PURPOSE: Stereotactic radiotherapy (SRT) is fast becoming the method of choice for treatment of nonsuperficial brain lesions. SRT treatment plans of malignant brain tumors typically incorporate a 20-mm isotropic margin to account for microscopic tumor spread; however, distant or progressive tumors occur outside this margin. Our hypothesis is that paths of elevated water diffusion may provide a preferred route for transport or migration of cancer cells. If our hypothesis is correct, then future SRT treatment volumes could be modified to provide elongated treatment margins along the paths of elevated water diffusion, thereby creating a biologically better treatment plan that may reduce the incidence of progression.

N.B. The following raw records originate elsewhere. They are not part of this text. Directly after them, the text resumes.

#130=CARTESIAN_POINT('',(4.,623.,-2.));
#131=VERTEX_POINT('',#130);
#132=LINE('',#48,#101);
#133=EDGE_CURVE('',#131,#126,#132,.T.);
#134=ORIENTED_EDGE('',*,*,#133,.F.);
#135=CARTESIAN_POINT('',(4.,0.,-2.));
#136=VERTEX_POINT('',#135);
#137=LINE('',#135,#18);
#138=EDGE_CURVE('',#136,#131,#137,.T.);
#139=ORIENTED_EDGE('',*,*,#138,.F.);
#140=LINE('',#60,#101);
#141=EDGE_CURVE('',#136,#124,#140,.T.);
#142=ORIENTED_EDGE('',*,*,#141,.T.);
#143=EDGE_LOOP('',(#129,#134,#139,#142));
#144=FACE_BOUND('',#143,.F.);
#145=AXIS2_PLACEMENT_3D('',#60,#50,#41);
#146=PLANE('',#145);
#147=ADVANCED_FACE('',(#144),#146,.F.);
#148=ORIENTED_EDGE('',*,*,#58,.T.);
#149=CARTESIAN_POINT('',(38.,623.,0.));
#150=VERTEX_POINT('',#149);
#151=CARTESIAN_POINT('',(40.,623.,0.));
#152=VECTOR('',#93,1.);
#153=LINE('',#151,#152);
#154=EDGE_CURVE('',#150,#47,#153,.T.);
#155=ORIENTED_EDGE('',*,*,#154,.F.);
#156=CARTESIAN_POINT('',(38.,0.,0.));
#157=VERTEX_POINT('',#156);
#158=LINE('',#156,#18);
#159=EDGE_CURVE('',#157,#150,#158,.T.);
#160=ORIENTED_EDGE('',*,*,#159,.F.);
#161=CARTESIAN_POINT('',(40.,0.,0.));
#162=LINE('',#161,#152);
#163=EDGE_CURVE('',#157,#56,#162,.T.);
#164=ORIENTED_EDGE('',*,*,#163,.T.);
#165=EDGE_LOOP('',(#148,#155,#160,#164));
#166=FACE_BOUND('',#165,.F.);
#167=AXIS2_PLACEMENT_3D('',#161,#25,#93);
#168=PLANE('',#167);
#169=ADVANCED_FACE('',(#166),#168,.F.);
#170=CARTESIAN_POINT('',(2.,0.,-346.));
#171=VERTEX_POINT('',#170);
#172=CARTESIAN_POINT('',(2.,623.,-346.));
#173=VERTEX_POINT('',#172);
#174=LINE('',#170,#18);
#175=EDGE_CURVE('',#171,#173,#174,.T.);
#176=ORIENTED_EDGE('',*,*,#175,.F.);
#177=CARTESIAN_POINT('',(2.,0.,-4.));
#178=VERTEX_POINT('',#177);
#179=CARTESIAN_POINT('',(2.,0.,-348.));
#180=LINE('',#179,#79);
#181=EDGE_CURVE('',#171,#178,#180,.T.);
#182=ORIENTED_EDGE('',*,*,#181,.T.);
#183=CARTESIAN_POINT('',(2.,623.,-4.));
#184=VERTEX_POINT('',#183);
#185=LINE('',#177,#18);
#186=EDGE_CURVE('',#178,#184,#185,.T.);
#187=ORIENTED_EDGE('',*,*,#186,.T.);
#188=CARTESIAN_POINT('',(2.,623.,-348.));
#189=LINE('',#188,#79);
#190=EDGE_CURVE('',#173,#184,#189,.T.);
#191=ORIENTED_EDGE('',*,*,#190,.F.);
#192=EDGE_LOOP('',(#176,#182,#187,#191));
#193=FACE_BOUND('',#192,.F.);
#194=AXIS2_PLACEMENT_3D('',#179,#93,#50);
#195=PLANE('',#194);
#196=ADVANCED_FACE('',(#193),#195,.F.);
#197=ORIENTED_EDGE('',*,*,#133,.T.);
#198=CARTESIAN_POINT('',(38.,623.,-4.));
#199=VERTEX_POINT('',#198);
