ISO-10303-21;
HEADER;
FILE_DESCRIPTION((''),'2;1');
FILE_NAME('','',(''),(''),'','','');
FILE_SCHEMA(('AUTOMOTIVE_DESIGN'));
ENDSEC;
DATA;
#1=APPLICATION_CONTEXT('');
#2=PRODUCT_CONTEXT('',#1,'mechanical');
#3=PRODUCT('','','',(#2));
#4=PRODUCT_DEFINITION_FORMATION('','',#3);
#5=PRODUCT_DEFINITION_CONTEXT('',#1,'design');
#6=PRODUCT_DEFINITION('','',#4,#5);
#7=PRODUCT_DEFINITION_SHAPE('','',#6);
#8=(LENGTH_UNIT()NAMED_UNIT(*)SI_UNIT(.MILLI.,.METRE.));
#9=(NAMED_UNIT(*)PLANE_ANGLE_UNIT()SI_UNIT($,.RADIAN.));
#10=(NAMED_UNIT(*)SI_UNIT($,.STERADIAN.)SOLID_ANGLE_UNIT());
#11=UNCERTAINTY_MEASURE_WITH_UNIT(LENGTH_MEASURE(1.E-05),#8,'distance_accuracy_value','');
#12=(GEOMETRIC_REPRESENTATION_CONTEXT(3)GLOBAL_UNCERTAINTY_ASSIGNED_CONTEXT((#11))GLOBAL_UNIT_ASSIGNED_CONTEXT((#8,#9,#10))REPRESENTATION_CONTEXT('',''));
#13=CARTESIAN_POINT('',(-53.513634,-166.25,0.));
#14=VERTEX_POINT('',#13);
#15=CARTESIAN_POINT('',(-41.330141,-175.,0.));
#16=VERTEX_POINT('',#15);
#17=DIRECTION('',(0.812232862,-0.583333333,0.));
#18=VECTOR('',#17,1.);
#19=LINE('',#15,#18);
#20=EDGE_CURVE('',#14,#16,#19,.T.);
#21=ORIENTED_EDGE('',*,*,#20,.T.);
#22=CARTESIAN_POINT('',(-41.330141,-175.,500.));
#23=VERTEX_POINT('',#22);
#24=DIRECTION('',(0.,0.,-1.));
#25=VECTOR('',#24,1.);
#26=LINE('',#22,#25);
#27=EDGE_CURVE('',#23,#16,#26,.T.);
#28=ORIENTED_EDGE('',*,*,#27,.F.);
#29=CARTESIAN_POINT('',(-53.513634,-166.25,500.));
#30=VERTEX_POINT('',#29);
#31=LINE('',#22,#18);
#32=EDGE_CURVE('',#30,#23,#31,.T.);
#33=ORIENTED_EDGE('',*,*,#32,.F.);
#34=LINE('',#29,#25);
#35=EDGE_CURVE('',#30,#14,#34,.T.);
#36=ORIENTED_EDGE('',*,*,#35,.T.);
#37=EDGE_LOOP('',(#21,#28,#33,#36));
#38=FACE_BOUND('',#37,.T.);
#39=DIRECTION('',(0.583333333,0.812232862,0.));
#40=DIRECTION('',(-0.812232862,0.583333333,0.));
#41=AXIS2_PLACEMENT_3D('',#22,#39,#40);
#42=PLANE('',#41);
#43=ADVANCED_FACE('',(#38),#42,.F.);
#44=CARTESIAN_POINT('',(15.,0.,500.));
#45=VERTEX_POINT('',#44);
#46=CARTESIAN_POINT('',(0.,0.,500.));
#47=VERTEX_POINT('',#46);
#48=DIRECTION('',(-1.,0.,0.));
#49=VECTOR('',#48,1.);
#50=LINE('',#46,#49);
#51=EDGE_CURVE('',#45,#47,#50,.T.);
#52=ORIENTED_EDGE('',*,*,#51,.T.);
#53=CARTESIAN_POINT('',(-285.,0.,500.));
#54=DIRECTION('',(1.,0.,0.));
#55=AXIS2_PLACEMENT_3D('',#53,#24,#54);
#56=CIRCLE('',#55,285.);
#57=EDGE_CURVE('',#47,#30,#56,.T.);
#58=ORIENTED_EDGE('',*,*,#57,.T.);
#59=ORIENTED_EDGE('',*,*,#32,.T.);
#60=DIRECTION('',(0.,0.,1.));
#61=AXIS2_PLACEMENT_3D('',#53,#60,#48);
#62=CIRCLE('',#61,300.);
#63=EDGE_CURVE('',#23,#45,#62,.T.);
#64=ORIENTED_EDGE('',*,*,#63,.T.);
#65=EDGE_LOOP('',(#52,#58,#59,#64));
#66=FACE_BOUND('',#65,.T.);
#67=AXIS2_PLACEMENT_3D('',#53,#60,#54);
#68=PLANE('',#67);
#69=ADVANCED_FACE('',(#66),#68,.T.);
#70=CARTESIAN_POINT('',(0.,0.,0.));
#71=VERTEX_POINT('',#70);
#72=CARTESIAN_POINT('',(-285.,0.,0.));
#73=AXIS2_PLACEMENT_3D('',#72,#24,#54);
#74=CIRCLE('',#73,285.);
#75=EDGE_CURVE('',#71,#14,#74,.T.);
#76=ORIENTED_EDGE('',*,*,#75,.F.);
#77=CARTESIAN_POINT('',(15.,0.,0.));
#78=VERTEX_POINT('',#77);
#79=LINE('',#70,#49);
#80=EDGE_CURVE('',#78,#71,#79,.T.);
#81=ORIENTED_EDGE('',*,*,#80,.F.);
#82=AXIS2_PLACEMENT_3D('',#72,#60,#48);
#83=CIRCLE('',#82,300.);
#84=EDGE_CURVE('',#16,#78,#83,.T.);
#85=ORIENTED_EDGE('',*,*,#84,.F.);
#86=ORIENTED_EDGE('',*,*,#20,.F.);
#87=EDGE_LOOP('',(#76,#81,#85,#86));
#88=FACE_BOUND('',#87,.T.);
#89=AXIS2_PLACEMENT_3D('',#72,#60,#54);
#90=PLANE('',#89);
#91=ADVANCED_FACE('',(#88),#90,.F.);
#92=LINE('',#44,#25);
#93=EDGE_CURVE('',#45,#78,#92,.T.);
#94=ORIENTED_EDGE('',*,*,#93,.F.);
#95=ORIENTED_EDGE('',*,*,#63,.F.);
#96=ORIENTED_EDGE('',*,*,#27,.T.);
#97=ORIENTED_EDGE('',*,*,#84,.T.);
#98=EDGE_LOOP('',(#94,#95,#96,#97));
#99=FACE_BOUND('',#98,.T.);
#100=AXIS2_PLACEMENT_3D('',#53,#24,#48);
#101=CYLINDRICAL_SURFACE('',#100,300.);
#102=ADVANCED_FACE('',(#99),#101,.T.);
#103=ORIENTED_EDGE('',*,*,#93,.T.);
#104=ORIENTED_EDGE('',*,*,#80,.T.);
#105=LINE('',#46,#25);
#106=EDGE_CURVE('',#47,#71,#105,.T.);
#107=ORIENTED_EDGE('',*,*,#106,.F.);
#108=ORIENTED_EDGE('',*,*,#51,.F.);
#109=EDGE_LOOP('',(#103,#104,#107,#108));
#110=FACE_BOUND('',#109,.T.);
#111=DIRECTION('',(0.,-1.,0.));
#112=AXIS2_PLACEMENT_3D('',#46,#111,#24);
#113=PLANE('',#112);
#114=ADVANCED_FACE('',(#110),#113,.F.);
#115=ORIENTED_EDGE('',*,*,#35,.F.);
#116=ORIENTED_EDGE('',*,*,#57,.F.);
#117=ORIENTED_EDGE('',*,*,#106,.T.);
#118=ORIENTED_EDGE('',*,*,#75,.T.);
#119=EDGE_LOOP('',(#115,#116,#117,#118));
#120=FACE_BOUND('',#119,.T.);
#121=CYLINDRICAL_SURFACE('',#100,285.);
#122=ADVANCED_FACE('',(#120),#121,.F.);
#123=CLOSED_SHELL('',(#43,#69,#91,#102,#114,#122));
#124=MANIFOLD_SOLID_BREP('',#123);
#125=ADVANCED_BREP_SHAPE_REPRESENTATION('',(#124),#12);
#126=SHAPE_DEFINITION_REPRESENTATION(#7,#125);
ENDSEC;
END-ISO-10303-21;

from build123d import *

# Parameters (mm, degrees)
BOSS_EXTRUDE1_DEPTH = 500


with BuildPart() as part:
    # Sketch1 → Boss-Extrude1 (new body)
    with BuildSketch(Plane.XY):
        with BuildLine():
            Line((0, 0), (15, 0))
            ThreePointArc((15, 0), (0.570444537, -91.921277227), (-41.33014138, -175))
            Line((-41.33014138, -175), (-53.513634311, -166.25))
            ThreePointArc((-53.513634311, -166.25), (-13.70807769, -87.325213365), (0, 0))
        make_face()
    extrude(amount=BOSS_EXTRUDE1_DEPTH)


solid = part.part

METHODS AND MATERIALS: Magnetic resonance diffusion tensor imaging (DTI) datasets were acquired on patient subjects before the appearance of >5 mm diameter progressive lesions or secondary tumors. DTI was performed using an echo-planar imaging sequence on a 1.5T clinical General Electric scanner with voxel dimensions of 0.98 x 0.98 x 6 mm. After SRT, patients were given repeated magnetic resonance imaging follow-ups at regular intervals to identify early tumor progression. When progressive disease was detected, DTIstudio and FMRIB Software Library software was used to compute paths of preferred water diffusion through the primary tumor site and the site of progression.

RESULTS: Our preliminary results on 14 patient datasets suggest a strong relationship between routes of elevated water diffusion from the primary tumor and the location of tumor progression.

CONCLUSIONS: Further investigation is therefore warranted. Future work will employ more sophisticated fiber analysis in a prospective study.